▶ Task description:
In the records below, begin at the line containing "e91 v29 v54 LINE" and end at the line containing "e100 v64 v72 LINE"; quote every line in that span exactly, including both boundary lines, and no others.

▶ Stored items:
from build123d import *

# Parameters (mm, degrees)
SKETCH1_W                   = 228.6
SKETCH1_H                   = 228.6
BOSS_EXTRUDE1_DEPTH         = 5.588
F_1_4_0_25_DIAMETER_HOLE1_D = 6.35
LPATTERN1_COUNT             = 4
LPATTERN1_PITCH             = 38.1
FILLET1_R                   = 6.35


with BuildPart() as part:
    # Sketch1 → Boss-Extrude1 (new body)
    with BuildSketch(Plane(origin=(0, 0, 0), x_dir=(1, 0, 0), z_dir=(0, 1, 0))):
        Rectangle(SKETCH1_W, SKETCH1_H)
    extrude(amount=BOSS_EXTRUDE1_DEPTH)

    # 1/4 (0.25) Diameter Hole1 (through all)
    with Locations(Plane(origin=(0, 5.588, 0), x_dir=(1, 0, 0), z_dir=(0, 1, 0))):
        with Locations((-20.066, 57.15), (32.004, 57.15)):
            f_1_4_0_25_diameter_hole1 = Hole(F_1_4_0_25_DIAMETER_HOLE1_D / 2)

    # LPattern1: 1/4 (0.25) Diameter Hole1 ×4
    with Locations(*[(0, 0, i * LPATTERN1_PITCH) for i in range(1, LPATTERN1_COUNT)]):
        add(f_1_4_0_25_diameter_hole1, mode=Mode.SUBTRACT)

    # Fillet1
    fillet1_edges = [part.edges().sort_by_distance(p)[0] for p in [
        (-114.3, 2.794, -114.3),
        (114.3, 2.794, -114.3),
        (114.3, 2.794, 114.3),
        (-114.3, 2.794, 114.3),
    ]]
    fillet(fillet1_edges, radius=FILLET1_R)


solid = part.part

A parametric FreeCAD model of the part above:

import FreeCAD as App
import Part
import Sketcher
Q = App.Units.Quantity


def edges_at(feature, points):
    """Names of the edges that pass closest to the given points."""
    edges = feature.Shape.Edges
    near = lambda p: min(range(len(edges)), key=lambda i: edges[i].distToShape(Part.Vertex(*p))[0])
    return sorted({f"Edge{near(p) + 1}" for p in points})


def add_polygon(sketch, points):
    """Adds a closed chain of lines whose ends are joined by coincident constraints."""
    first, n = sketch.GeometryCount, len(points)
    for a, b in zip(points, points[1:] + points[:1]):
        sketch.addGeometry(Part.LineSegment(App.Vector(*a, 0), App.Vector(*b, 0)), False)
    for i in range(n):
        sketch.addConstraint(Sketcher.Constraint("Coincident", first + i, 2, first + (i + 1) % n, 1))

doc = App.newDocument("Part")
body = doc.addObject("PartDesign::Body", "Body")

# Sketch on XZ plane
sketch1 = body.newObject("Sketcher::SketchObject", "Sketch")
sketch1.AttachmentSupport = (doc.getObject("XZ_Plane"), [""])
sketch1.MapMode = "FlatFace"
add_polygon(sketch1, [(-114.3, -114.3), (-114.3, 114.3), (114.3, 114.3), (114.3, -114.3)])  # lines 0-3
sketch1.addConstraint(Sketcher.Constraint("Vertical", 0))
sketch1.addConstraint(Sketcher.Constraint("Horizontal", 1))
sketch1.addConstraint(Sketcher.Constraint("Vertical", 2))
sketch1.addConstraint(Sketcher.Constraint("Horizontal", 3))
sketch1.addConstraint(Sketcher.Constraint("Symmetric", 0, 2, 2, 2, -1, 1))
sketch1.addConstraint(Sketcher.Constraint("Equal", 3, 0))
sketch1.addConstraint(Sketcher.Constraint("DistanceX", 1, 1, 1, 2, Q("9 in")))
pad1 = body.newObject("PartDesign::Pad", "Pad")
pad1.Profile = sketch1
pad1.Length = Q("0.22 in")
pad1.Reversed = True

# Sketch on XZ plane
sketch2 = body.newObject("Sketcher::SketchObject", "Sketch001")
sketch2.AttachmentSupport = (doc.getObject("XZ_Plane"), [""])
sketch2.MapMode = "FlatFace"
sketch2.AttachmentOffset = App.Placement(App.Vector(0, 0, -0.22 * 25.4), App.Rotation())
sketch2.addGeometry(Part.Circle(App.Vector(-20.066, -57.15, 0), App.Vector(0, 0, 1), 3.175), False)
sketch2.addGeometry(Part.Circle(App.Vector(32.004, -57.15, 0), App.Vector(0, 0, 1), 3.175), False)
sketch2.addConstraint(Sketcher.Constraint("Equal", 0, 1))
sketch2.addConstraint(Sketcher.Constraint("Horizontal", 0, 3, 1, 3))
sketch2.addConstraint(Sketcher.Constraint("Diameter", 0, Q("0.25 in")))
sketch2.addConstraint(Sketcher.Constraint("DistanceX", 0, 3, -1, 1, Q("0.79 in")))
sketch2.addConstraint(Sketcher.Constraint("DistanceY", 0, 3, -1, 1, Q("2.25 in")))
sketch2.addConstraint(Sketcher.Constraint("DistanceX", -1, 1, 1, 3, Q("1.26 in")))
doc.recompute()
hole = body.newObject("PartDesign::Hole", "Hole")
hole.Profile = sketch2
hole.ThreadType = "None"
hole.Diameter = Q("0.25 in")
hole.DepthType = "ThroughAll"
hole.Reversed = True
doc.recompute()

linearpattern = body.newObject("PartDesign::LinearPattern", "LinearPattern")
linearpattern.Originals = [hole]
linearpattern.Direction = (doc.getObject("Z_Axis"), [""])
linearpattern.Mode = "offset"
linearpattern.Offset = Q("1.5 in")
linearpattern.Occurrences = 4
body.Tip = linearpattern
doc.recompute()

fillet = body.newObject("PartDesign::Fillet", "Fillet")
fillet.Base = (linearpattern, edges_at(linearpattern, [
    (-114.3, 2.794, -114.3),
    (114.3, 2.794, -114.3),
    (114.3, 2.794, 114.3),
    (-114.3, 2.794, 114.3),
]))
fillet.Radius = Q("0.25 in")

doc.recompute()
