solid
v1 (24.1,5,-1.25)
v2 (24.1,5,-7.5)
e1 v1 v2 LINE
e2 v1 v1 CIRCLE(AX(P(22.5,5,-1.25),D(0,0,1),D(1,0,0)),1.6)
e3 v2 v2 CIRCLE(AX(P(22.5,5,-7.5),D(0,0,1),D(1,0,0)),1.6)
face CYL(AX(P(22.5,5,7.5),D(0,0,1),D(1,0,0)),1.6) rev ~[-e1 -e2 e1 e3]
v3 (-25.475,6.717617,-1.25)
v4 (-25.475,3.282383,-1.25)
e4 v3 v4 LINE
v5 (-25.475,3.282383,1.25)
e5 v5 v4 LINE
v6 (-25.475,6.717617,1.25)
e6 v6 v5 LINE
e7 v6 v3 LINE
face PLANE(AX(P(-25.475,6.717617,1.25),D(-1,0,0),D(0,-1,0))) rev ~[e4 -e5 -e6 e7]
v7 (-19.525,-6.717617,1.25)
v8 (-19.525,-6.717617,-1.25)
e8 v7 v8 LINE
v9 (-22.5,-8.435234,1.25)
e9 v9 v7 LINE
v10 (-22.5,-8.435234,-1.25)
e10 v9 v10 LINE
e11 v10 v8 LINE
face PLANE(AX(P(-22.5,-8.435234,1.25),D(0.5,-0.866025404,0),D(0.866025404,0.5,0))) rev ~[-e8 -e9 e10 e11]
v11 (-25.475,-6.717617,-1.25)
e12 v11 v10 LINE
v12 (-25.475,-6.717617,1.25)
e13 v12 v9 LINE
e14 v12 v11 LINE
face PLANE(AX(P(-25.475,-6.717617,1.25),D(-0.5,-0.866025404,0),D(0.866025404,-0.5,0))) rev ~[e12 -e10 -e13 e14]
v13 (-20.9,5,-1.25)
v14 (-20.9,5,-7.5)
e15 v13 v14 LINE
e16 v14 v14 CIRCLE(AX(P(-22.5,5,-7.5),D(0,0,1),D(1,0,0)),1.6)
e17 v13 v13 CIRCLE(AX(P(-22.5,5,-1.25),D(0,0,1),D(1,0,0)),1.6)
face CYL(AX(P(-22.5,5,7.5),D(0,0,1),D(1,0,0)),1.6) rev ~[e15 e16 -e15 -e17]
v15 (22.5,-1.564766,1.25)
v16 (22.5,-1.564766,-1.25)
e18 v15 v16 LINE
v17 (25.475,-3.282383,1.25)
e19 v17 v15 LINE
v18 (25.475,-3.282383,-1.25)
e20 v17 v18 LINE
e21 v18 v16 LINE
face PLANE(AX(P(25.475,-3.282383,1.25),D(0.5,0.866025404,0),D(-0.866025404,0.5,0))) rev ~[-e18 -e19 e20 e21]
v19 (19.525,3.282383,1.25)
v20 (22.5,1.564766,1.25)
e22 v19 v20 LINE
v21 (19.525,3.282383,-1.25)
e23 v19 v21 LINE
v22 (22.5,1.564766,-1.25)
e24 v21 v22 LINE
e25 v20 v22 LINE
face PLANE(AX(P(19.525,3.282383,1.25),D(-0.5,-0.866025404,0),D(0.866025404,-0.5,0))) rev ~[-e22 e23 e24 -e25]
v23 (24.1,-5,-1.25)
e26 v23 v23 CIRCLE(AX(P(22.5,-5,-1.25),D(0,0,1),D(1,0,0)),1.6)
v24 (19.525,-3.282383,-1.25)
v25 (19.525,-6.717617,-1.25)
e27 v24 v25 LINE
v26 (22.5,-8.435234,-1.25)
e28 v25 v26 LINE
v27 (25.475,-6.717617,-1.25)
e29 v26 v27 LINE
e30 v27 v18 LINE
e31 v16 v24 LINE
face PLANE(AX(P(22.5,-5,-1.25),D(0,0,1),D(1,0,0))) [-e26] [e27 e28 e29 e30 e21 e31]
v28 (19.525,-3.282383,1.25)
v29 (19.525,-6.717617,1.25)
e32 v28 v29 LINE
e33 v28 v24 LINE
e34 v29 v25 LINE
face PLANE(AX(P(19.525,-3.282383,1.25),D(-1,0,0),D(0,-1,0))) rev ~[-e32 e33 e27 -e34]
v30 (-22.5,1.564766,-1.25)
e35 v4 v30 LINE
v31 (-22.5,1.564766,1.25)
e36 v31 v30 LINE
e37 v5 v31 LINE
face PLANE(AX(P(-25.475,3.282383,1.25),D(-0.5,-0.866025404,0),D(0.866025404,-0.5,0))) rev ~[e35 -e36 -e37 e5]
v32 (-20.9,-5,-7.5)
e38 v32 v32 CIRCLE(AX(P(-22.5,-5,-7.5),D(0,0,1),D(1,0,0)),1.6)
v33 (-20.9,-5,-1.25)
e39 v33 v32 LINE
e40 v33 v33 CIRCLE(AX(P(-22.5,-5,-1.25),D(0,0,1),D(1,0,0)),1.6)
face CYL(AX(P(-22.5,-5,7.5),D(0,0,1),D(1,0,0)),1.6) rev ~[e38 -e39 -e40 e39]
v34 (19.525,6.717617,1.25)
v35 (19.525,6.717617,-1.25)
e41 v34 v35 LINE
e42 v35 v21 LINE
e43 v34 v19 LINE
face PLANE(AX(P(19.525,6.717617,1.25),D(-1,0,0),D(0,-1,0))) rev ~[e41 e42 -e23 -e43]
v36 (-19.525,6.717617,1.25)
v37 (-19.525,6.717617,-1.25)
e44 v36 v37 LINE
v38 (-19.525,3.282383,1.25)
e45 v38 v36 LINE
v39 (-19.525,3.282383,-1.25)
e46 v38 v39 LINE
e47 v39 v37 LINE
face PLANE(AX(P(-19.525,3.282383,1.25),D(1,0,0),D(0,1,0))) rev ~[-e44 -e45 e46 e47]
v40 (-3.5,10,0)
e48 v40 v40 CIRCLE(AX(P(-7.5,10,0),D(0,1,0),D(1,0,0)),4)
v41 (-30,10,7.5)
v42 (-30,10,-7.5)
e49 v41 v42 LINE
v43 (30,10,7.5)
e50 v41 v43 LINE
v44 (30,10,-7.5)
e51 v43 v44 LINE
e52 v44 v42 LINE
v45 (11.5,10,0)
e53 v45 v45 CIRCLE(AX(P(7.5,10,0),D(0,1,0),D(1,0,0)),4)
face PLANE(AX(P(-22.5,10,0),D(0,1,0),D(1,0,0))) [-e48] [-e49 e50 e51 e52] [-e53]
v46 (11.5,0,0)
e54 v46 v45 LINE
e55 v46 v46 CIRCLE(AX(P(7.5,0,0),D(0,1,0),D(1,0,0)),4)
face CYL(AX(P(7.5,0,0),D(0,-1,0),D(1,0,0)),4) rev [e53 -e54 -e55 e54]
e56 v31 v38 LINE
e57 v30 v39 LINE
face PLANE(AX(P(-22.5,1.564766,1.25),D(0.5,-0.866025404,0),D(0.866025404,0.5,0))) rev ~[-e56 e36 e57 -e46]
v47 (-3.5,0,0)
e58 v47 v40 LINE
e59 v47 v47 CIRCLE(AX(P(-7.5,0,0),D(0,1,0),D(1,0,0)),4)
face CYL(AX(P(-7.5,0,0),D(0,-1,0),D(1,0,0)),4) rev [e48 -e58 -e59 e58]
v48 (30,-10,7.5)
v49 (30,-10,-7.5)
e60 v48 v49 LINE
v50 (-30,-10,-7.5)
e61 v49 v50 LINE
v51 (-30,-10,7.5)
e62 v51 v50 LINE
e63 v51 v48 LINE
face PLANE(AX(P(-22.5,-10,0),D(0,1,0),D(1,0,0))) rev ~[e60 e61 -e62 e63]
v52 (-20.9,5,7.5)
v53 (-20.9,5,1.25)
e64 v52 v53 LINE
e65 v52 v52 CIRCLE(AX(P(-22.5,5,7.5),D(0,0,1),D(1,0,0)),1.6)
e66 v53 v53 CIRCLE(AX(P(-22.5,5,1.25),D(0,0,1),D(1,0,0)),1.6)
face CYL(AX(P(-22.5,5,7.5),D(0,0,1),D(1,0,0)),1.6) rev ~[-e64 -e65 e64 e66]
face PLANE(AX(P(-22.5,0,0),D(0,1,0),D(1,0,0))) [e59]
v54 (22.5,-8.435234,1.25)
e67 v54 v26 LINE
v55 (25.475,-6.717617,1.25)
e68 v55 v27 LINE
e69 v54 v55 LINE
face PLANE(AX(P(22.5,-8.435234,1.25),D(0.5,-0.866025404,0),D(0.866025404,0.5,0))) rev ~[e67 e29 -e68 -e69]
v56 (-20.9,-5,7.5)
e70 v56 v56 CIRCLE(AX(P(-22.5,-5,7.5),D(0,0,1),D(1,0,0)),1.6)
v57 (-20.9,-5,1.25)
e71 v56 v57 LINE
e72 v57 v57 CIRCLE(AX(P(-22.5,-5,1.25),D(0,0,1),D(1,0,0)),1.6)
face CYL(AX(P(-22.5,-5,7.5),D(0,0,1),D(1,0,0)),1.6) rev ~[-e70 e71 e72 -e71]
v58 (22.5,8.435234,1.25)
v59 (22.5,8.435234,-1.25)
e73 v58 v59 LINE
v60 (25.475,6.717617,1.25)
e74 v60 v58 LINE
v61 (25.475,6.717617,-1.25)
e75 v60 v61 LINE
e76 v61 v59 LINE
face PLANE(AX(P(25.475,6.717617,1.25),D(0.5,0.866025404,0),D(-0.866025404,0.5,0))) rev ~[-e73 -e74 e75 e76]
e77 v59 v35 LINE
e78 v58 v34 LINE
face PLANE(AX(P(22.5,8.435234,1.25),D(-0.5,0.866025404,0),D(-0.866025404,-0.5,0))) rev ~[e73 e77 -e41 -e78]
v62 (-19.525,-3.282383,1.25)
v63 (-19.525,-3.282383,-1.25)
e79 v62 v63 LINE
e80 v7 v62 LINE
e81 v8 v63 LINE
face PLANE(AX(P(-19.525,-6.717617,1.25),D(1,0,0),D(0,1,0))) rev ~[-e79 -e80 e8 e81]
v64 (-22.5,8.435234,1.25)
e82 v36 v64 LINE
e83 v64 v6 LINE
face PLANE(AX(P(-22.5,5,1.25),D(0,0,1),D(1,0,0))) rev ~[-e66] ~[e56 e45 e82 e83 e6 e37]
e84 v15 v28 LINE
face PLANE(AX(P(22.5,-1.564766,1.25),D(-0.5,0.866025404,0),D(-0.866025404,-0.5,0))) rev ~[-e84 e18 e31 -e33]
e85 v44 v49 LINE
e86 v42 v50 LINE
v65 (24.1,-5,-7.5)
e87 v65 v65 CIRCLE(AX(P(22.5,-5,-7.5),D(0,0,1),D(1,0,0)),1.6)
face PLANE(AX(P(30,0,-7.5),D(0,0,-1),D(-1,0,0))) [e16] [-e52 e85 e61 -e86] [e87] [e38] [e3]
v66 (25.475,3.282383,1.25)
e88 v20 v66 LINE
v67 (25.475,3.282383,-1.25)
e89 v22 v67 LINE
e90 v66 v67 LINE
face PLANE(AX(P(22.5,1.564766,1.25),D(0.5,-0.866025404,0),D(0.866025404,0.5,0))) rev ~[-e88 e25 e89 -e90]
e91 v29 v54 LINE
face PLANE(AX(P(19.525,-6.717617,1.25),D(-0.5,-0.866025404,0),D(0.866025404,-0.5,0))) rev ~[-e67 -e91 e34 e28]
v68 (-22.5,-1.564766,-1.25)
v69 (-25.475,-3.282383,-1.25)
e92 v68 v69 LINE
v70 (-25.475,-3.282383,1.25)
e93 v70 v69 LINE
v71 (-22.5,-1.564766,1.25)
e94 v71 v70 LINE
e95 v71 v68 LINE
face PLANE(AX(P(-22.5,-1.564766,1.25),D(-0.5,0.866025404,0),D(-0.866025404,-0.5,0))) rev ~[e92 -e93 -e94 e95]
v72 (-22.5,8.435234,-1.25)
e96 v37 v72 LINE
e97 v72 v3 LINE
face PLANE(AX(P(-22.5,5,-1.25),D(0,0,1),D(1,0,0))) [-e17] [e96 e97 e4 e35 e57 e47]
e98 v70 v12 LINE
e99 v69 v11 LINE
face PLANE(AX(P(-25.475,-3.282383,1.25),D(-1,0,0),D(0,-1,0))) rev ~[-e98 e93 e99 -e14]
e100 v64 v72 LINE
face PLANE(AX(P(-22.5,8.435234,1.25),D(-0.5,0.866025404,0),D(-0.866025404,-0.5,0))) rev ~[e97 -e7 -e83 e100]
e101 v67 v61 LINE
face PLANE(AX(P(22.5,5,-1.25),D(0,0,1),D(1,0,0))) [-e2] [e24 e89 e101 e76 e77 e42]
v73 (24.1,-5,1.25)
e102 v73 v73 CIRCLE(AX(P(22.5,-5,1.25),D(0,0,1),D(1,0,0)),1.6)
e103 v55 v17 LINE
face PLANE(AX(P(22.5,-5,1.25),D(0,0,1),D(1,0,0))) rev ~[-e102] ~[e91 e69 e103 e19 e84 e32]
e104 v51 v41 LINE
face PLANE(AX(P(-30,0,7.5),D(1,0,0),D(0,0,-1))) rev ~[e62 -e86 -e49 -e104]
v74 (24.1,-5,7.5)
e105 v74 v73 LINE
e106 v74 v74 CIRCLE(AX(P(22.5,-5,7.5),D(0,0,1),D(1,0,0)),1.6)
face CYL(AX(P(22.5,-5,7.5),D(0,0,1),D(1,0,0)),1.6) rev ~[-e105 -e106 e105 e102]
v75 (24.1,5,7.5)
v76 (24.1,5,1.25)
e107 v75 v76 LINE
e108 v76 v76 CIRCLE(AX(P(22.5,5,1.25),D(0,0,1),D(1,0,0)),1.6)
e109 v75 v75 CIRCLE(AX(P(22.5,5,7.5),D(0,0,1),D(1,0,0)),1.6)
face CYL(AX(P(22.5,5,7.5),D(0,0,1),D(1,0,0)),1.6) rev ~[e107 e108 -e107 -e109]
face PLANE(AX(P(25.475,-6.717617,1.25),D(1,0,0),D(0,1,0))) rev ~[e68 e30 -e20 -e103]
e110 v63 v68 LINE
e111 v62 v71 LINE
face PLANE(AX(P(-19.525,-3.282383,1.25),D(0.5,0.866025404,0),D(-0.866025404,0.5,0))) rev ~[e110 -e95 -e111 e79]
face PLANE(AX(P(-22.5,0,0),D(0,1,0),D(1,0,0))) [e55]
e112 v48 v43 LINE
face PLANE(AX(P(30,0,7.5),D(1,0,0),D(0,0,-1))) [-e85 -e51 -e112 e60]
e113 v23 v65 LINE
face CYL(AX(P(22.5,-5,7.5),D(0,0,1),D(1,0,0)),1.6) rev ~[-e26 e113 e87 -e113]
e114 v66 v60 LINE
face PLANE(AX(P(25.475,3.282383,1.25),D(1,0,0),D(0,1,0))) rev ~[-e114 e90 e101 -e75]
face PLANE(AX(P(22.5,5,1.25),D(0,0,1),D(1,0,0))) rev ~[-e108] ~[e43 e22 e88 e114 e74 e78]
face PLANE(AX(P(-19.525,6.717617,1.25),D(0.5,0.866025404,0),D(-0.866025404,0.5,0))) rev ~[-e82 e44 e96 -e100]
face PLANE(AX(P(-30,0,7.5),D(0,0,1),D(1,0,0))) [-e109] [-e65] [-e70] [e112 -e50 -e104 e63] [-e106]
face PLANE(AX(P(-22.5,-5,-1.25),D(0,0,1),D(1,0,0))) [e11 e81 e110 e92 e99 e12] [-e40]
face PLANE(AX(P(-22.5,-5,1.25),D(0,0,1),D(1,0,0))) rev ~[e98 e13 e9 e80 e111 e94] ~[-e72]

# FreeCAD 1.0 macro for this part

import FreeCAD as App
import Part
import Sketcher
Q = App.Units.Quantity

doc = App.newDocument("Part")
body = doc.addObject("PartDesign::Body", "Body")

# Sketch on XZ plane
sketch1 = body.newObject("Sketcher::SketchObject", "Sketch")
sketch1.AttachmentSupport = (doc.getObject("XZ_Plane"), [""])
sketch1.MapMode = "FlatFace"
sketch1.addGeometry(Part.LineSegment(App.Vector(-30, -7.5, 0), App.Vector(-30, 7.5, 0)), False)
sketch1.addGeometry(Part.LineSegment(App.Vector(-30, 7.5, 0), App.Vector(30, 7.5, 0)), False)
sketch1.addGeometry(Part.LineSegment(App.Vector(30, 7.5, 0), App.Vector(30, -7.5, 0)), False)
sketch1.addGeometry(Part.LineSegment(App.Vector(30, -7.5, 0), App.Vector(-30, -7.5, 0)), False)
sketch1.addGeometry(Part.Circle(App.Vector(-7.5, 0, 0), App.Vector(0, 0, 1), 4), False)
sketch1.addGeometry(Part.Circle(App.Vector(7.5, 0, 0), App.Vector(0, 0, 1), 4), False)
sketch1.addConstraint(Sketcher.Constraint("Coincident", 0, 2, 1, 1))
sketch1.addConstraint(Sketcher.Constraint("Coincident", 1, 2, 2, 1))
sketch1.addConstraint(Sketcher.Constraint("Coincident", 2, 2, 3, 1))
sketch1.addConstraint(Sketcher.Constraint("Coincident", 3, 2, 0, 1))
sketch1.addConstraint(Sketcher.Constraint("Vertical", 0))
sketch1.addConstraint(Sketcher.Constraint("Horizontal", 1))
sketch1.addConstraint(Sketcher.Constraint("Vertical", 2))
sketch1.addConstraint(Sketcher.Constraint("Horizontal", 3))
sketch1.addConstraint(Sketcher.Constraint("Equal", 4, 5))
sketch1.addConstraint(Sketcher.Constraint("Symmetric", 4, 3, 5, 3, -1, 1))
sketch1.addConstraint(Sketcher.Constraint("Symmetric", 0, 2, 2, 2, -1, 1))
sketch1.addConstraint(Sketcher.Constraint("PointOnObject", 4, 3, -1))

▶ Written solution:
e91 v29 v54 LINE
face PLANE(AX(P(19.525,-6.717617,1.25),D(-0.5,-0.866025404,0),D(0.866025404,-0.5,0))) rev ~[-e67 -e91 e34 e28]
v68 (-22.5,-1.564766,-1.25)
v69 (-25.475,-3.282383,-1.25)
e92 v68 v69 LINE
v70 (-25.475,-3.282383,1.25)
e93 v70 v69 LINE
v71 (-22.5,-1.564766,1.25)
e94 v71 v70 LINE
e95 v71 v68 LINE
face PLANE(AX(P(-22.5,-1.564766,1.25),D(-0.5,0.866025404,0),D(-0.866025404,-0.5,0))) rev ~[e92 -e93 -e94 e95]
v72 (-22.5,8.435234,-1.25)
e96 v37 v72 LINE
e97 v72 v3 LINE
face PLANE(AX(P(-22.5,5,-1.25),D(0,0,1),D(1,0,0))) [-e17] [e96 e97 e4 e35 e57 e47]
e98 v70 v12 LINE
e99 v69 v11 LINE
face PLANE(AX(P(-25.475,-3.282383,1.25),D(-1,0,0),D(0,-1,0))) rev ~[-e98 e93 e99 -e14]
e100 v64 v72 LINE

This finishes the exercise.